Workers Comp in Québec: Duty to Accommodate
Commission de la santé et de la sécurité au travail v. Caron, 2015 QCCA 1048 (36605)
The Respondent, Alain Caron, developed a case of epicondylitis in the course of his work as an instructor at the Centre Miriam (the “employer”). He was given a temporary reassignment which the employer terminated three years later. The Respondent has not returned to work at the Centre Miriam since then. A year after the Respondent suffered his employment injury, the CSST declared this injury had consolidated with permanent impairment and functional disabilities, and the CSST then began a rehabilitation process to assess whether the Respondent could continue working for his employer. It eventually declared that the Respondent was fit to return to the position he had held before his injury, but the employer successfully challenged that decision before the CLP. The CSST, having been informed by the employer that it had no suitable employment to offer, then decided the rehabilitation process would continue and his occupational opportunities would be re-evaluated on the basis that the employer had no suitable employment to offer.

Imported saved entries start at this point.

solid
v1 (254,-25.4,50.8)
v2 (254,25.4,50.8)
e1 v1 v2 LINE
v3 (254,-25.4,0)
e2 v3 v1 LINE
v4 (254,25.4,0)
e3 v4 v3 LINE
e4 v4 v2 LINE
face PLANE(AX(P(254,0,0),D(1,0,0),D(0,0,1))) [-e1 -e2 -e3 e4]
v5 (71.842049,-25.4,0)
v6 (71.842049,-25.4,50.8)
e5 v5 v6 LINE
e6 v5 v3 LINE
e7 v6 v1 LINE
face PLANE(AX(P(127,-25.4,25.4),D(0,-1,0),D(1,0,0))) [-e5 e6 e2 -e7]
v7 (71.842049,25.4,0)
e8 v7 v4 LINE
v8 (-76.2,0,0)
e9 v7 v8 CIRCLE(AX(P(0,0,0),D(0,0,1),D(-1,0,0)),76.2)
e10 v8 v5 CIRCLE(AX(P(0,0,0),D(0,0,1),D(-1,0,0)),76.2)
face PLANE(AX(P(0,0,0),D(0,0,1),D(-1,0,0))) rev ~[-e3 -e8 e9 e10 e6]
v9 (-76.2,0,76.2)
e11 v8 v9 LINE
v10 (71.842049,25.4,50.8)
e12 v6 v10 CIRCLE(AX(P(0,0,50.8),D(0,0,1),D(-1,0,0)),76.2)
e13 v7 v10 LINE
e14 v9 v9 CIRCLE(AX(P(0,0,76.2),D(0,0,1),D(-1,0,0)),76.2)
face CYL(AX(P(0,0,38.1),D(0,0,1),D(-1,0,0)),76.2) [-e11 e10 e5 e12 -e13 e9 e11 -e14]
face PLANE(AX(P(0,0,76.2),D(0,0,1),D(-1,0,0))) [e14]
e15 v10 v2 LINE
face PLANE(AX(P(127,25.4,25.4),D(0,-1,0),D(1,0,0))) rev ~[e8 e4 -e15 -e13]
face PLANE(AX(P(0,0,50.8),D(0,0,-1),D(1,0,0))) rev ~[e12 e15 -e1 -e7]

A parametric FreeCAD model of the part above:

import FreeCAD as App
import Part
import Sketcher
Q = App.Units.Quantity

doc = App.newDocument("Part")
body = doc.addObject("PartDesign::Body", "Body")

# Sketch on XZ plane
sketch1 = body.newObject("Sketcher::SketchObject", "Sketch")
sketch1.AttachmentSupport = (doc.getObject("XZ_Plane"), [""])
sketch1.MapMode = "FlatFace"
sketch1.addGeometry([
    Part.LineSegment(App.Vector(0, 51, 0), App.Vector(0, 0, 0)),
    Part.LineSegment(App.Vector(0, 0, 0), App.Vector(254, 0, 0)),
    Part.LineSegment(App.Vector(254, 0, 0), App.Vector(254, 51, 0)),
    Part.LineSegment(App.Vector(254, 51, 0), App.Vector(0, 51, 0)),
], False)
sketch1.addConstraint([
    Sketcher.Constraint("Coincident", 0, 2, 1, 1),
    Sketcher.Constraint("Coincident", 1, 2, 2, 1),
    Sketcher.Constraint("Coincident", 2, 2, 3, 1),
    Sketcher.Constraint("Coincident", 3, 2, 0, 1),
    Sketcher.Constraint("Vertical", 0),
    Sketcher.Constraint("Horizontal", 1),
    Sketcher.Constraint("Vertical", 2),
    Sketcher.Constraint("Horizontal", 3),
    Sketcher.Constraint("Coincident", 0, 2, -1, 1),
    Sketcher.Constraint("DistanceX", 1, 1, 1, 2, Q("10 in")),
    Sketcher.Constraint("DistanceY", 0, 2, 0, 1, Q("2 in")),
])
pad1 = body.newObject("PartDesign::Pad", "Pad")
pad1.Profile = sketch1
pad1.Length = Q("2 in")
pad1.Midplane = True

# Sketch on XZ plane
sketch2 = body.newObject("Sketcher::SketchObject", "Sketch001")
sketch2.AttachmentSupport = (doc.getObject("XZ_Plane"), [""])
sketch2.MapMode = "FlatFace"
sketch2.addGeometry([
    Part.LineSegment(App.Vector(-76, 76, 0), App.Vector(-76, 0, 0)),
    Part.LineSegment(App.Vector(-76, 0, 0), App.Vector(0, 0, 0)),
    Part.LineSegment(App.Vector(0, 0, 0), App.Vector(0, 76, 0)),
    Part.LineSegment(App.Vector(0, 76, 0), App.Vector(-76, 76, 0)),
], False)
sketch2.addConstraint([
    Sketcher.Constraint("Coincident", 0, 2, 1, 1),
    Sketcher.Constraint("Coincident", 1, 2, 2, 1),
    Sketcher.Constraint("Coincident", 2, 2, 3, 1),
    Sketcher.Constraint("Coincident", 3, 2, 0, 1),
    Sketcher.Constraint("Vertical", 0),
    Sketcher.Constraint("Horizontal", 1),
    Sketcher.Constraint("Vertical", 2),
    Sketcher.Constraint("Horizontal", 3),
    Sketcher.Constraint("Coincident", 1, 2, -1, 1),
    Sketcher.Constraint("Equal", 3, 0),
    Sketcher.Constraint("DistanceX", 1, 1, 1, 2, Q("3 in")),
])
revolution = body.newObject("PartDesign::Revolution", "Revolution")
revolution.Profile = sketch2
revolution.ReferenceAxis = (sketch2, ["V_Axis"])
revolution.Angle = 360

doc.recompute()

The Respondent’s union asked the CSST to reconsider that decision, arguing the functional limitations resulting from the employment injury at issue made the Respondent a person with a handicap within the meaning of section 10 of the Québec Charter, he could not be discriminated against because of this handicap and that, in looking for suitable employment, the employer had to make every effort to facilitate his return to work without, however, imposing undue hardship on him. The CSST concluded the principle of reasonable accommodation could not be applied to disputes under the A.I.A.O.D. because the provisions of that statute are accommodation measures specific to employment injuries. The Respondent challenged the CSST’s decision before the CLP, which confirmed the CSST’s decision and therefore dismissed the Respondent’s application to subject the employer to a duty of accommodation under the Charter. Québec Superior Court: judicial review allowed. C.A.: appeal dismissed.